TRY IT = The answer must be every line of the records in which the string "through" appears.

[Collected data entries]
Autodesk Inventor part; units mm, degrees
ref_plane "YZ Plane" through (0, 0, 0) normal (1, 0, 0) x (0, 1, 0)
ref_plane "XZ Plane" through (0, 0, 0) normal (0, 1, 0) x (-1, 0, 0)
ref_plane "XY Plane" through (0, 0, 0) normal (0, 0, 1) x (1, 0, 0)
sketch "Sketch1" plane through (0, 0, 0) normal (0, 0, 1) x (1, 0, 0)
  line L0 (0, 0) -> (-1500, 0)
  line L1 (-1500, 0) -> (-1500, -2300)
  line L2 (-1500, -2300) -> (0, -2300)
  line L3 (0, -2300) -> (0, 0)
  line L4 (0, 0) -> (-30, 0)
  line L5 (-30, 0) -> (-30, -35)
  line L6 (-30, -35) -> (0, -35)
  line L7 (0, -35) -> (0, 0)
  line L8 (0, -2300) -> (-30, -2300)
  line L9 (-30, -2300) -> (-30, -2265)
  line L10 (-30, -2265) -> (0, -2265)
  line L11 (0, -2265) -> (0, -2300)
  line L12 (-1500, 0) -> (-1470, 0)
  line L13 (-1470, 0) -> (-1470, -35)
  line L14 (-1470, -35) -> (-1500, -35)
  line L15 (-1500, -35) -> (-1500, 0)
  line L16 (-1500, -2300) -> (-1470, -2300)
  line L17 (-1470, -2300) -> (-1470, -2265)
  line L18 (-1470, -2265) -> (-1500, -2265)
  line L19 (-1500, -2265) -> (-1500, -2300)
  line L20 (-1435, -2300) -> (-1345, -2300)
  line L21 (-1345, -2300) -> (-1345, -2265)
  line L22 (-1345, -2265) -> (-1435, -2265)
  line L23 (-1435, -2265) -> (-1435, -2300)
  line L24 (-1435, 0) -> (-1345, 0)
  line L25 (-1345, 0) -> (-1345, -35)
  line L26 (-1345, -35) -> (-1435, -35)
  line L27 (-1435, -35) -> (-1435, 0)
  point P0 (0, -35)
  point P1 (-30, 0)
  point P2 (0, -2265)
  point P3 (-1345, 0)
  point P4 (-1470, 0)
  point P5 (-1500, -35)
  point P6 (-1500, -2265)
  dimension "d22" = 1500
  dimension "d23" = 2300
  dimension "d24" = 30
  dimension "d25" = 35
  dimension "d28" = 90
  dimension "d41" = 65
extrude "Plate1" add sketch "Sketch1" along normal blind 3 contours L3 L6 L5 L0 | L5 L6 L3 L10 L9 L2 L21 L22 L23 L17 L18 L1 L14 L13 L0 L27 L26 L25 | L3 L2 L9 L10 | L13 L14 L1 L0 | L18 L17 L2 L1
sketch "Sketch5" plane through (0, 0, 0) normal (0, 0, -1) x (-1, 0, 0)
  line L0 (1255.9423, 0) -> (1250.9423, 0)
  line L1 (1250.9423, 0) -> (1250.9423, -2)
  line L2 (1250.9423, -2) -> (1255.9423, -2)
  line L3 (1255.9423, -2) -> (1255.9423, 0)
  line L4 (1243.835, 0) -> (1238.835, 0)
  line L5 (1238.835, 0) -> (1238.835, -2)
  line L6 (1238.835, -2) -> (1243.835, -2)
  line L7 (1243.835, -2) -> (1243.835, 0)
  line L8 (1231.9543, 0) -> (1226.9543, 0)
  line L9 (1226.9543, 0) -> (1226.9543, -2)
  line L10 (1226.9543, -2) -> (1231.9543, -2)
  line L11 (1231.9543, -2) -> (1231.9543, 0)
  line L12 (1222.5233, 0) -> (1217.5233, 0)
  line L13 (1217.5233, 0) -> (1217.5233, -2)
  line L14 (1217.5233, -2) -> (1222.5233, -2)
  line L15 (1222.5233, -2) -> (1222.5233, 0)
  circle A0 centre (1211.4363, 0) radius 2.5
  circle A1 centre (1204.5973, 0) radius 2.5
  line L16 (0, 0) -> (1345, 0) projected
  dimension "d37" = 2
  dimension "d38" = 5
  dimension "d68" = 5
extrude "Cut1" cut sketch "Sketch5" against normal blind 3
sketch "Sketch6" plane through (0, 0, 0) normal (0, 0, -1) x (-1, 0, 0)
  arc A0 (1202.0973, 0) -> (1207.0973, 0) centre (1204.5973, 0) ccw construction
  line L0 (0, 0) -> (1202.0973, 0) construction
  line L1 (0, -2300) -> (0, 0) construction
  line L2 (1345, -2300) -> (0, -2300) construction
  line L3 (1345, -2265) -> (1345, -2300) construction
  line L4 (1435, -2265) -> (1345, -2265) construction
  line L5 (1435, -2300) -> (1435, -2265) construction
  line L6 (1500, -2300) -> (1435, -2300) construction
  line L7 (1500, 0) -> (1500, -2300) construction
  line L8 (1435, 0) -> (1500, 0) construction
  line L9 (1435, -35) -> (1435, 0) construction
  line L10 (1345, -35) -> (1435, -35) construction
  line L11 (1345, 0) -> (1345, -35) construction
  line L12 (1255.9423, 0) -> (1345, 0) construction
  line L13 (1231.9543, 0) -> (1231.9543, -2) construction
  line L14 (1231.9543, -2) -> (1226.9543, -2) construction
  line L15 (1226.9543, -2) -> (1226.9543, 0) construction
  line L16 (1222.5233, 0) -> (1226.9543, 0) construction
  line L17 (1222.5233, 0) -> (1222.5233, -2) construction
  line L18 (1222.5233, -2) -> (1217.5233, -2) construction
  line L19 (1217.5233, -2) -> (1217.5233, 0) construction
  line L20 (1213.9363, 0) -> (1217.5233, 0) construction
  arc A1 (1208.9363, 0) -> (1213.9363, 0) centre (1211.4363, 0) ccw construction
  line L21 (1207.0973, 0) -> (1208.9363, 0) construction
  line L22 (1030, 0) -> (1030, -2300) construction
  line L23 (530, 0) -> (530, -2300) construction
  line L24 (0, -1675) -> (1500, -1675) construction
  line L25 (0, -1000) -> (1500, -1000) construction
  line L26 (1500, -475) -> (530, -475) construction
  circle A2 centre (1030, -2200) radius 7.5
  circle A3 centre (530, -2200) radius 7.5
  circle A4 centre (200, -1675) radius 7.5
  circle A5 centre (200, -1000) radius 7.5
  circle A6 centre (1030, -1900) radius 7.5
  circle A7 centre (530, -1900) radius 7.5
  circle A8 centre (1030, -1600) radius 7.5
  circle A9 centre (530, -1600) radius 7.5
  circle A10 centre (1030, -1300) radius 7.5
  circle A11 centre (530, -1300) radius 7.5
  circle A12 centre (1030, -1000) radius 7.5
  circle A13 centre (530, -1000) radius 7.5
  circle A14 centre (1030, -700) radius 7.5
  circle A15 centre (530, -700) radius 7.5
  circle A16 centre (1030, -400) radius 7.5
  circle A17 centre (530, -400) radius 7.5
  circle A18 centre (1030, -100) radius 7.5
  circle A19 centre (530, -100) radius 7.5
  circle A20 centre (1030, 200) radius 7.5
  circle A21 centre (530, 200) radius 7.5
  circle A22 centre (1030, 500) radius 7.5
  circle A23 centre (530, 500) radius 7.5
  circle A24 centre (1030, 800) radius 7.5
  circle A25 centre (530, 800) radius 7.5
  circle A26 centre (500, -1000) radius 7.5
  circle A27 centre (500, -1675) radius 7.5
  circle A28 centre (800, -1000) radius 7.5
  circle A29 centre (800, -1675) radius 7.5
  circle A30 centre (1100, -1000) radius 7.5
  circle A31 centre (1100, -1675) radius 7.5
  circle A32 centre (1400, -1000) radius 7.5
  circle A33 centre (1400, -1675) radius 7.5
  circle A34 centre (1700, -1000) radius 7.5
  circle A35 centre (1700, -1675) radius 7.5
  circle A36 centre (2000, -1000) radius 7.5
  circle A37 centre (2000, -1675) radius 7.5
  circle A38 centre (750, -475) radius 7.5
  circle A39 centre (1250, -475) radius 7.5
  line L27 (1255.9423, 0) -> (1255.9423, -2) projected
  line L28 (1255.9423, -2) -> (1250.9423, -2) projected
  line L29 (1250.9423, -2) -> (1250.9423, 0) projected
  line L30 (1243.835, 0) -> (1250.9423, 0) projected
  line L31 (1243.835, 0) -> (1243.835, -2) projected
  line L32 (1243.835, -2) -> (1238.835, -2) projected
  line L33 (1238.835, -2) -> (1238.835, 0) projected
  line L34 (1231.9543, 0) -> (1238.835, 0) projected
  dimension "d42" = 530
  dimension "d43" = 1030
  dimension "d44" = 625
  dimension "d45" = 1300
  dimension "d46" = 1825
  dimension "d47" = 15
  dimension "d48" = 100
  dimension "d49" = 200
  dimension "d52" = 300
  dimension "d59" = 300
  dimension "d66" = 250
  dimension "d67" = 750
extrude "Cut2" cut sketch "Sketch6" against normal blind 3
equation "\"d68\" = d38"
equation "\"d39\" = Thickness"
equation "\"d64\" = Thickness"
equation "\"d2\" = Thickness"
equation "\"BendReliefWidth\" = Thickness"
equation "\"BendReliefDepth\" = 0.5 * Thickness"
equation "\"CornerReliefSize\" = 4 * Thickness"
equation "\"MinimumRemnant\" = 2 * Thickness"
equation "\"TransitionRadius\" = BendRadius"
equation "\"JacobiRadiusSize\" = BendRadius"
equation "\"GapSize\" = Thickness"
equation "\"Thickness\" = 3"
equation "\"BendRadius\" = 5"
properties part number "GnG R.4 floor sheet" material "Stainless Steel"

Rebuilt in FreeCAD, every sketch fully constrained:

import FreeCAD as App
import Part
import Sketcher

V = App.Vector

doc = App.newDocument("Part")
params = doc.addObject("Spreadsheet::Sheet", "Params")
for row, (alias, value) in enumerate([
    ("sketch1_width", "90 mm"),
    ("sketch1_width2", "65 mm"),
    ("sketch1_height", "35 mm"),
    ("sketch1_height2", "2300 mm"),
    ("pad1_length", "3 mm"),
    ("sketch2_diameter", "5 mm"),
    ("sketch2_width", "5 mm"),
    ("sketch2_height", "2 mm"),
    ("pocket1_length", "3 mm"),
    ("sketch3_diameter", "15 mm"),
    ("pocket2_length", "3 mm"),
], start=1):
    params.set(f"A{row}", alias)
    params.set(f"B{row}", "=" + value)
    params.setAlias(f"B{row}", alias)

body = doc.addObject("PartDesign::Body", "Body")

# Sketch on XY plane
sketch1 = doc.addObject("Sketcher::SketchObject", "Sketch")
body.addObject(sketch1)
sketch1.AttachmentSupport = (doc.XY_Plane, [""])
sketch1.MapMode = "FlatFace"
sketch1.addGeometry([
    Part.LineSegment(V(0, 0, 0), V(-1345, 0, 0)),  # 0
    Part.LineSegment(V(-1345, 0, 0), V(-1345, -35, 0)),  # 1
    Part.LineSegment(V(-1345, -35, 0), V(-1435, -35, 0)),  # 2
    Part.LineSegment(V(-1435, -35, 0), V(-1435, 0, 0)),  # 3
    Part.LineSegment(V(-1435, 0, 0), V(-1500, 0, 0)),  # 4
    Part.LineSegment(V(-1500, 0, 0), V(-1500, -2300, 0)),  # 5
    Part.LineSegment(V(-1500, -2300, 0), V(-1435, -2300, 0)),  # 6
    Part.LineSegment(V(-1435, -2300, 0), V(-1435, -2265, 0)),  # 7
    Part.LineSegment(V(-1435, -2265, 0), V(-1345, -2265, 0)),  # 8
    Part.LineSegment(V(-1345, -2265, 0), V(-1345, -2300, 0)),  # 9
    Part.LineSegment(V(-1345, -2300, 0), V(0, -2300, 0)),  # 10
    Part.LineSegment(V(0, -2300, 0), V(0, 0, 0)),  # 11
], False)
sketch1.addConstraint([
    Sketcher.Constraint("Coincident", 0, 2, 1, 1),
    Sketcher.Constraint("Coincident", 1, 2, 2, 1),
    Sketcher.Constraint("Coincident", 2, 2, 3, 1),
    Sketcher.Constraint("Coincident", 3, 2, 4, 1),
    Sketcher.Constraint("Coincident", 4, 2, 5, 1),
    Sketcher.Constraint("Coincident", 5, 2, 6, 1),
    Sketcher.Constraint("Coincident", 6, 2, 7, 1),
    Sketcher.Constraint("Coincident", 7, 2, 8, 1),
    Sketcher.Constraint("Coincident", 8, 2, 9, 1),
    Sketcher.Constraint("Coincident", 9, 2, 10, 1),
    Sketcher.Constraint("Coincident", 10, 2, 11, 1),
    Sketcher.Constraint("Coincident", 11, 2, 0, 1),
    Sketcher.Constraint("Horizontal", 0),
    Sketcher.Constraint("Vertical", 1),
    Sketcher.Constraint("Horizontal", 2),
    Sketcher.Constraint("Vertical", 3),
    Sketcher.Constraint("Horizontal", 4),
    Sketcher.Constraint("Vertical", 5),
    Sketcher.Constraint("Horizontal", 6),
    Sketcher.Constraint("Vertical", 7),
    Sketcher.Constraint("Horizontal", 8),
    Sketcher.Constraint("Vertical", 9),
    Sketcher.Constraint("Horizontal", 10),
    Sketcher.Constraint("Vertical", 11),
    Sketcher.Constraint("Coincident", 11, 2, -1, 1),
    Sketcher.Constraint("PointOnObject", 3, 2, -1),
    Sketcher.Constraint("Horizontal", 6, 2, 9, 2),
    Sketcher.Constraint("Vertical", 3, 2, 6, 2),
    Sketcher.Constraint("Vertical", 1, 2, 8, 2),
    Sketcher.Constraint("Equal", 3, 7),
    Sketcher.Constraint("DistanceX", 2, 2, 2, 1, 90.0),
    Sketcher.Constraint("DistanceX", 4, 2, 4, 1, 65.0),
    Sketcher.Constraint("DistanceY", 1, 2, 1, 1, 35.0),
    Sketcher.Constraint("DistanceY", 5, 2, 5, 1, 2300.0),
    Sketcher.Constraint("DistanceX", 4, 2, -1, 1, 1500.0),
])
sketch1.setExpression("Constraints[30]", "Params.sketch1_width")
sketch1.setExpression("Constraints[31]", "Params.sketch1_width2")
sketch1.setExpression("Constraints[32]", "Params.sketch1_height")
sketch1.setExpression("Constraints[33]", "Params.sketch1_height2")
pad1 = doc.addObject("PartDesign::Pad", "Pad")
body.addObject(pad1)
pad1.Profile = sketch1
pad1.setExpression("Length", "Params.pad1_length")

# Sketch on XY plane
sketch2 = doc.addObject("Sketcher::SketchObject", "Sketch001")
body.addObject(sketch2)
sketch2.AttachmentSupport = (doc.XY_Plane, [""])
sketch2.MapMode = "FlatFace"
sketch2.addGeometry([
    Part.LineSegment(V(-1255.9, -2, 0), V(-1255.9, 0, 0)),  # 0
    Part.LineSegment(V(-1255.9, 0, 0), V(-1250.9, 0, 0)),  # 1
    Part.LineSegment(V(-1250.9, 0, 0), V(-1250.9, -2, 0)),  # 2
    Part.LineSegment(V(-1250.9, -2, 0), V(-1255.9, -2, 0)),  # 3
    Part.Circle(V(-1204.6, 0, 0), V(0, 0, 1), 2.5),  # 4
    Part.Circle(V(-1211.4, 0, 0), V(0, 0, 1), 2.5),  # 5
    Part.LineSegment(V(-1222.5, -2, 0), V(-1222.5, 0, 0)),  # 6
    Part.LineSegment(V(-1222.5, 0, 0), V(-1217.5, 0, 0)),  # 7
    Part.LineSegment(V(-1217.5, 0, 0), V(-1217.5, -2, 0)),  # 8
    Part.LineSegment(V(-1217.5, -2, 0), V(-1222.5, -2, 0)),  # 9
    Part.LineSegment(V(-1232, -2, 0), V(-1232, 0, 0)),  # 10
    Part.LineSegment(V(-1232, 0, 0), V(-1227, 0, 0)),  # 11
    Part.LineSegment(V(-1227, 0, 0), V(-1227, -2, 0)),  # 12
    Part.LineSegment(V(-1227, -2, 0), V(-1232, -2, 0)),  # 13
    Part.LineSegment(V(-1243.8, -2, 0), V(-1243.8, 0, 0)),  # 14
    Part.LineSegment(V(-1243.8, 0, 0), V(-1238.8, 0, 0)),  # 15
    Part.LineSegment(V(-1238.8, 0, 0), V(-1238.8, -2, 0)),  # 16
    Part.LineSegment(V(-1238.8, -2, 0), V(-1243.8, -2, 0)),  # 17
], False)
sketch2.addConstraint([
    Sketcher.Constraint("Coincident", 0, 2, 1, 1),
    Sketcher.Constraint("Coincident", 1, 2, 2, 1),
    Sketcher.Constraint("Coincident", 2, 2, 3, 1),
    Sketcher.Constraint("Coincident", 3, 2, 0, 1),
    Sketcher.Constraint("Coincident", 6, 2, 7, 1),
    Sketcher.Constraint("Coincident", 7, 2, 8, 1),
    Sketcher.Constraint("Coincident", 8, 2, 9, 1),
    Sketcher.Constraint("Coincident", 9, 2, 6, 1),
    Sketcher.Constraint("Coincident", 10, 2, 11, 1),
    Sketcher.Constraint("Coincident", 11, 2, 12, 1),
    Sketcher.Constraint("Coincident", 12, 2, 13, 1),
    Sketcher.Constraint("Coincident", 13, 2, 10, 1),
    Sketcher.Constraint("Coincident", 14, 2, 15, 1),
    Sketcher.Constraint("Coincident", 15, 2, 16, 1),
    Sketcher.Constraint("Coincident", 16, 2, 17, 1),
    Sketcher.Constraint("Coincident", 17, 2, 14, 1),
    Sketcher.Constraint("Vertical", 0),
    Sketcher.Constraint("Horizontal", 1),
    Sketcher.Constraint("Vertical", 2),
    Sketcher.Constraint("Horizontal", 3),
    Sketcher.Constraint("Vertical", 6),
    Sketcher.Constraint("Horizontal", 7),
    Sketcher.Constraint("Vertical", 8),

SOLUTION FOR THIS EXERCISE =
ref_plane "YZ Plane" through (0, 0, 0) normal (1, 0, 0) x (0, 1, 0)
ref_plane "XZ Plane" through (0, 0, 0) normal (0, 1, 0) x (-1, 0, 0)
ref_plane "XY Plane" through (0, 0, 0) normal (0, 0, 1) x (1, 0, 0)
sketch "Sketch1" plane through (0, 0, 0) normal (0, 0, 1) x (1, 0, 0)
sketch "Sketch5" plane through (0, 0, 0) normal (0, 0, -1) x (-1, 0, 0)
sketch "Sketch6" plane through (0, 0, 0) normal (0, 0, -1) x (-1, 0, 0)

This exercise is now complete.